Risk worth taking: PPL to drill deep-sea well despite past failures

Well to be drilled up to a depth of 3,000 metres below seabed.

Pakistan has had bad luck in finding substantial oil and gas reserves on its onshore fields for many years. PHOTO: AFP/FILE

KARACHI:


Offshore drilling is not for the faint-hearted. The next deep-sea well to be drilled in Pakistani waters will cost around $150 million and work on it starts in the backdrop of successive failures. Yet experts say it is a risk worth taking.


Pakistan has a coastline spread over 1,990 km and sub-divided into Indus and Makran deltas.

The latest venture of Pakistan Petroleum Limited (PPL) in partnership with a foreign firm is focused on Block G of Indus Delta. In total, 17 offshore wells have been drilled so far.

Since Sun Oil drilled the first well in the Indus Delta in the early 1960s, there have been 12 attempts to find hydrocarbon reserves in the Indus without any success.



The last well Shark-1 was drilled by PPL and ENI in 2010. Vantage’s rig Aquamarine Driller bored a hole to a depth of 3,500 metres below the seabed. The operations were wrapped up after gas flows were found to be commercially unfeasible.

Before that PPL had also tried to find oil and gas reserves 200km southwest of Karachi in Block E. Shell, another multinational, was the operator of that well called Anne-X. It was also a failure.

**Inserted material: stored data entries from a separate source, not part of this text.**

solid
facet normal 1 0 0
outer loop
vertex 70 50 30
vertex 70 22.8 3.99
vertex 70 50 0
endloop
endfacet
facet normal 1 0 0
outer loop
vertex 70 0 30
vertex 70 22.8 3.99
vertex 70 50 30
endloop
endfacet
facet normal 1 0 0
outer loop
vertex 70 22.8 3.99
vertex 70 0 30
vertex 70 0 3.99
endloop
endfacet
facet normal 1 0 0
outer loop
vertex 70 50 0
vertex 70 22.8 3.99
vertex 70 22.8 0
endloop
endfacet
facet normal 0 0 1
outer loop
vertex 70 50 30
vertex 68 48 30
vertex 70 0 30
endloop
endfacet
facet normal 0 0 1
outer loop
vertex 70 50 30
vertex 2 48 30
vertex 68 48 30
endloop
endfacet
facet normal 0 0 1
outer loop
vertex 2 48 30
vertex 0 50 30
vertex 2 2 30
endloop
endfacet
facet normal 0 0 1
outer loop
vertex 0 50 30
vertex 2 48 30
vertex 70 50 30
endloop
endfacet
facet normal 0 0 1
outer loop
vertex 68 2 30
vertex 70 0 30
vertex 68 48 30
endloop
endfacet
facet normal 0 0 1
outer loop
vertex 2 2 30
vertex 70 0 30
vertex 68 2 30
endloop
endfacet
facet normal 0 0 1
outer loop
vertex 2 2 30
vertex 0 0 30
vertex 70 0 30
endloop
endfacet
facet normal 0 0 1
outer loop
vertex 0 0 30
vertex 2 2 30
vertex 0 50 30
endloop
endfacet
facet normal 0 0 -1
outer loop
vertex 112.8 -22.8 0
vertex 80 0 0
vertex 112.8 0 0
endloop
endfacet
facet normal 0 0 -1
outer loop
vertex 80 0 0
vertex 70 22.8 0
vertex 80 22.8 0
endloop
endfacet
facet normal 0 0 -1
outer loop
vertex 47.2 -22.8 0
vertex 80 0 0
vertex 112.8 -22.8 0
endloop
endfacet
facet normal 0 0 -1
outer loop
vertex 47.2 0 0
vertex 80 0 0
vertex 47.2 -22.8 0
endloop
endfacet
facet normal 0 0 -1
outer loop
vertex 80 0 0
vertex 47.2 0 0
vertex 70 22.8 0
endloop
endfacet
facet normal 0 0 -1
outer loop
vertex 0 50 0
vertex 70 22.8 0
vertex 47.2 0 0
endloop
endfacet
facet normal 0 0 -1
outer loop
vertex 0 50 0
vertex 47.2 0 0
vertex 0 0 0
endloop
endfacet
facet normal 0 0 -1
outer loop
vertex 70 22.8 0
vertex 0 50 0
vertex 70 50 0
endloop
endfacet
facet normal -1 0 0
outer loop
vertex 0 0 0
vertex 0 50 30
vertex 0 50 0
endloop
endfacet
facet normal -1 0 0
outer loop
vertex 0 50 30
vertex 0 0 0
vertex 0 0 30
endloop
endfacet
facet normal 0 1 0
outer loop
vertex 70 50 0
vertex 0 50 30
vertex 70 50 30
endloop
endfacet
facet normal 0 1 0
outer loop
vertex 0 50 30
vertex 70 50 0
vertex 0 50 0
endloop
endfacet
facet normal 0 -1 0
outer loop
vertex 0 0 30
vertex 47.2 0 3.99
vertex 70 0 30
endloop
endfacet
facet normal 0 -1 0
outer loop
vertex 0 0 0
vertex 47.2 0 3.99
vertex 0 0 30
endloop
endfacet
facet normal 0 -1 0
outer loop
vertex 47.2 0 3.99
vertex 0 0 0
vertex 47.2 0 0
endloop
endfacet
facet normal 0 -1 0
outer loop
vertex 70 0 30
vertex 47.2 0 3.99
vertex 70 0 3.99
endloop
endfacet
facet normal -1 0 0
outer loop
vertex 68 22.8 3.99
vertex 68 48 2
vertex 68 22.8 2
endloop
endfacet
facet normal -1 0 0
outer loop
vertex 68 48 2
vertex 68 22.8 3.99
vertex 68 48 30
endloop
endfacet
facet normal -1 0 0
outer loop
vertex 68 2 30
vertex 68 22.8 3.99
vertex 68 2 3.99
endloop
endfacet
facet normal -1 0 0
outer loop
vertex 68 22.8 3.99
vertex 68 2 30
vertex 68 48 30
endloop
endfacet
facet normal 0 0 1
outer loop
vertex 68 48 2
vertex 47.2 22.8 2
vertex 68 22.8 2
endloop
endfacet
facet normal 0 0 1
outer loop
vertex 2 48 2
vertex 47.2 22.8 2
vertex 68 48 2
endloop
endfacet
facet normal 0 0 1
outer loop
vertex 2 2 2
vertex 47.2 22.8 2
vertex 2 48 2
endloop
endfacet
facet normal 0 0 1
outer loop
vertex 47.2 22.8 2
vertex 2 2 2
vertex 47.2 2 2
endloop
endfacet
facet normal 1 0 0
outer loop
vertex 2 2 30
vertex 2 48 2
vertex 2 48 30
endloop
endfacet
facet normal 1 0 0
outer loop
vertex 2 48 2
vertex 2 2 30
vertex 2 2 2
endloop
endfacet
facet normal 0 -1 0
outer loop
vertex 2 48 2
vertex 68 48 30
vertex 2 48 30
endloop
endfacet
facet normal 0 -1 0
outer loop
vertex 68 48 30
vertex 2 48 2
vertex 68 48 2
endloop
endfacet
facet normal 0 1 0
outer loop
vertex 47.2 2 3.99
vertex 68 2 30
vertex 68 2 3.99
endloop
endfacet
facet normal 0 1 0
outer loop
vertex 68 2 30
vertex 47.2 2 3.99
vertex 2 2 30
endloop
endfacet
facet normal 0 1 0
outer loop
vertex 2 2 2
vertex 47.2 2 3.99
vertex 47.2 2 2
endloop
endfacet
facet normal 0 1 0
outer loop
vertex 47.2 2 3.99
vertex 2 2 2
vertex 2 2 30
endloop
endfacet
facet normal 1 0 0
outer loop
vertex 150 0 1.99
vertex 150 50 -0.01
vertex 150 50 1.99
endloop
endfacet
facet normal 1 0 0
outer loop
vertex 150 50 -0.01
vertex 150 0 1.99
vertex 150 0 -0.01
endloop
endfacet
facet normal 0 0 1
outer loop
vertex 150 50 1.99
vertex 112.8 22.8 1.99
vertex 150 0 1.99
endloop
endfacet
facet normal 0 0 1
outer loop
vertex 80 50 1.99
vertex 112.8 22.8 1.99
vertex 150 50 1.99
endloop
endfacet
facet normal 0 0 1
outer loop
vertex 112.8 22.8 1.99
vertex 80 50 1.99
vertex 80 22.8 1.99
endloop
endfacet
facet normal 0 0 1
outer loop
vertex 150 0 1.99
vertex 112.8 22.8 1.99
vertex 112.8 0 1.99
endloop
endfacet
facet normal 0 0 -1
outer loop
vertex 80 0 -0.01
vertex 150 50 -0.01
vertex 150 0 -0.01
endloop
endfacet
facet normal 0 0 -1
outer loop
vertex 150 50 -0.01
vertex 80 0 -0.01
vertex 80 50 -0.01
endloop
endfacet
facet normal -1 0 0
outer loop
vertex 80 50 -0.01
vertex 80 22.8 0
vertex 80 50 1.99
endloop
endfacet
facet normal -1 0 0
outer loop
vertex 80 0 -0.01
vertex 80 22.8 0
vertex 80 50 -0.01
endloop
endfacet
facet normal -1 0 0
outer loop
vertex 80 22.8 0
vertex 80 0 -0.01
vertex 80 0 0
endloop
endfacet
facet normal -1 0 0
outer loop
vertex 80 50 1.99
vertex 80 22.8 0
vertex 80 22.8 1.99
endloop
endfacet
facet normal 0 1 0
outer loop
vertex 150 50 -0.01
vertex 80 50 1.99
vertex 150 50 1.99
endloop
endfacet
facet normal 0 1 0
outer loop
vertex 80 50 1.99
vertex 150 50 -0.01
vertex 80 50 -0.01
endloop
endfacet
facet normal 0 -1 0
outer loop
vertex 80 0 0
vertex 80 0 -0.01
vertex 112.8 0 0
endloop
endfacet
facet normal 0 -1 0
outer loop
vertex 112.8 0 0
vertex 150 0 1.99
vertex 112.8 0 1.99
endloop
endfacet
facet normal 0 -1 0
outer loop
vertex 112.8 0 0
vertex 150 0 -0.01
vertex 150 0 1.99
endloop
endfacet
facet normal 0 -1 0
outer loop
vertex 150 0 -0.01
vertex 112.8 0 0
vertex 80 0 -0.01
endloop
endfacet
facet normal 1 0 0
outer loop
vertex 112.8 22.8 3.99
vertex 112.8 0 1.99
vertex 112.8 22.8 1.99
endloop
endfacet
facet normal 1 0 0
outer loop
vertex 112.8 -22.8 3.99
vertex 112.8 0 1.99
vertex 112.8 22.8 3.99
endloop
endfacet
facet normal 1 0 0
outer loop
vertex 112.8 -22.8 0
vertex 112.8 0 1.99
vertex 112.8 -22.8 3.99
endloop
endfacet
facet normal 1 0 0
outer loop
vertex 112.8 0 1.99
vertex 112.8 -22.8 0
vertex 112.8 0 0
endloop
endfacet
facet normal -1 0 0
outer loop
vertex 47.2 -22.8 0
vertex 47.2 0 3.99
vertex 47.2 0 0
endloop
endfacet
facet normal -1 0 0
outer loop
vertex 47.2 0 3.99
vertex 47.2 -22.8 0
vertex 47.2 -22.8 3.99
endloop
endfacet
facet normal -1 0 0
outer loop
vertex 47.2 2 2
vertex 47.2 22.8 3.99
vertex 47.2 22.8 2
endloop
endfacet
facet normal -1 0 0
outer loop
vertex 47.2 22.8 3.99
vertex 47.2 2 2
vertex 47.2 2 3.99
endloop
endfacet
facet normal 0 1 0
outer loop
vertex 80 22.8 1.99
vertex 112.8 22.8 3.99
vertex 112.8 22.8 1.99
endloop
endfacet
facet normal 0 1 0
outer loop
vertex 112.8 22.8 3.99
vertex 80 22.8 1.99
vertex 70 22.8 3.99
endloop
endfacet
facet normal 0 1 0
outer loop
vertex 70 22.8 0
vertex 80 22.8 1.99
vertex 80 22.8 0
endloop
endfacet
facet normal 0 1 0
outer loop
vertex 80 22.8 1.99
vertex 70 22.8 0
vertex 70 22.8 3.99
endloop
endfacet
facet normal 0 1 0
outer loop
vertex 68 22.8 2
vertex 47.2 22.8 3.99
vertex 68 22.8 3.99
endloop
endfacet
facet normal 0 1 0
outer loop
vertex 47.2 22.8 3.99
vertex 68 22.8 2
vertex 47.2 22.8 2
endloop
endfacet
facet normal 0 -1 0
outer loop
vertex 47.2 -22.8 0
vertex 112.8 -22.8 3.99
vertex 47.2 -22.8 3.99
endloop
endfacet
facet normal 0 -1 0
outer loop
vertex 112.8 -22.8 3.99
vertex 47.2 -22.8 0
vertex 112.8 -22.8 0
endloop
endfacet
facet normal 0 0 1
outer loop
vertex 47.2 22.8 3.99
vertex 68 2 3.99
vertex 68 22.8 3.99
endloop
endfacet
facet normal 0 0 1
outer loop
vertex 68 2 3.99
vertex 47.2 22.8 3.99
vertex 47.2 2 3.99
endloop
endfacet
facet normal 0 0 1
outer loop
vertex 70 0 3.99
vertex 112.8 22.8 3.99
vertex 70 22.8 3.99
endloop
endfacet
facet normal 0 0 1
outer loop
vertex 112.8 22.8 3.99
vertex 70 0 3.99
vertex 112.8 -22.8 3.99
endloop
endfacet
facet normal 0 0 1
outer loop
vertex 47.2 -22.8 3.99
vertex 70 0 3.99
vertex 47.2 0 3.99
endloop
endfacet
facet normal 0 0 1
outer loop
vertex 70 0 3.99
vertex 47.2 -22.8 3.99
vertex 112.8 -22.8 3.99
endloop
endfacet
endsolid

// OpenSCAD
// Two-part enclosure for small electronics board
// Print orientation: box standing on bed (z = 0), lid on top, printed upside down

// ---------------- Parameters ----------------
box_x      = 70;    // box outer length (X)
box_y      = 50;    // box outer width (Y)
box_z      = 30;    // box outer height (Z)
box_wall   = 2;     // box wall thickness
box_floor  = 2;     // box floor thickness

gap        = 10;    // gap between box and lid

lip_wall   = 1.5;   // lid lip wall thickness
lip_h      = 4;     // lid lip height
lip_x      = 65.6;  // lid lip outer length (X)
lip_y      = 45.6;  // lid lip outer width (Y)

eps        = 0.5;   // cutter overshoot past faces

$fn = 64;

// ---------------- Derived ----------------
box_inner_x = box_x - 2 * box_wall;
box_inner_y = box_y - 2 * box_wall;
box_inner_z = box_z - box_floor;   // open-top cavity height

// ---------------- Model ----------------
union() {
    // Part 1: box, open top
    difference() {
        cube([box_x, box_y, box_z]);
        translate([box_wall, box_wall, box_floor])
            cube([box_inner_x, box_inner_y, box_inner_z + 0.01]); // tiny floor
    }

    // Part 2: lid plate with lip, printed upside down
    translate([box_x + gap, 0, 0]) {
        difference() {
            union() {
                // base plate
                translate([0, 0, -0.01])
                    cube([box_x, box_y, 2]);
                // lip (overhangs plate, slides into box opening)
                translate([-lip_x / 2, -lip_y / 2, 0])
                    cube([lip_x, lip_y, lip_h]);
            }
            // cutter for clean lip top and for the 0.2 mm clearance
            translate([-lip_x / 2 - eps, -lip_y / 2 - eps, lip_h - 0.01])
                cube([lip_x + 2 * eps, lip_y + 2 * eps, 0.02]);
        }
    }
}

“But we have learnt something new with each of those failures,” said a senior petroleum industry official. “Indus Delta remains the least explored of the deltas in the world. We need to keep trying if we want to find something.”



The proposed well will be drilled to the depth of between 2,500 and 3,000 metres below the seabed. This does not include the depth of 2,200 metres from the sea surface to seabed.

Indus Delta has many similarities with other oil and gas producing deltas like Mahakam (Indonesia), Niger (Nigeria) and Nile (Egypt) in terms of its age, sediment thickness, tectonic style and rock properties.

It is the last unexplored offshore place in the world. Experts say it is the second largest delta in the world after the Amazon, formed by continuous flow of water from the Himalayas, Hindukash and Karakoram mountain ranges.

Pakistan has had bad luck in finding substantial oil and gas reserves on its onshore fields for many years. Most of the prospective pieces of land in Sindh and Punjab have already been explored.

Attacks by militants in Balochistan and ongoing war against terrorism in Khyber-Pakhtunkhwa have made it difficult to carry out exploration there despite a crippling energy shortage caused mainly by depletion of gas reserves.

Published in The Express Tribune, June 29th, 2013.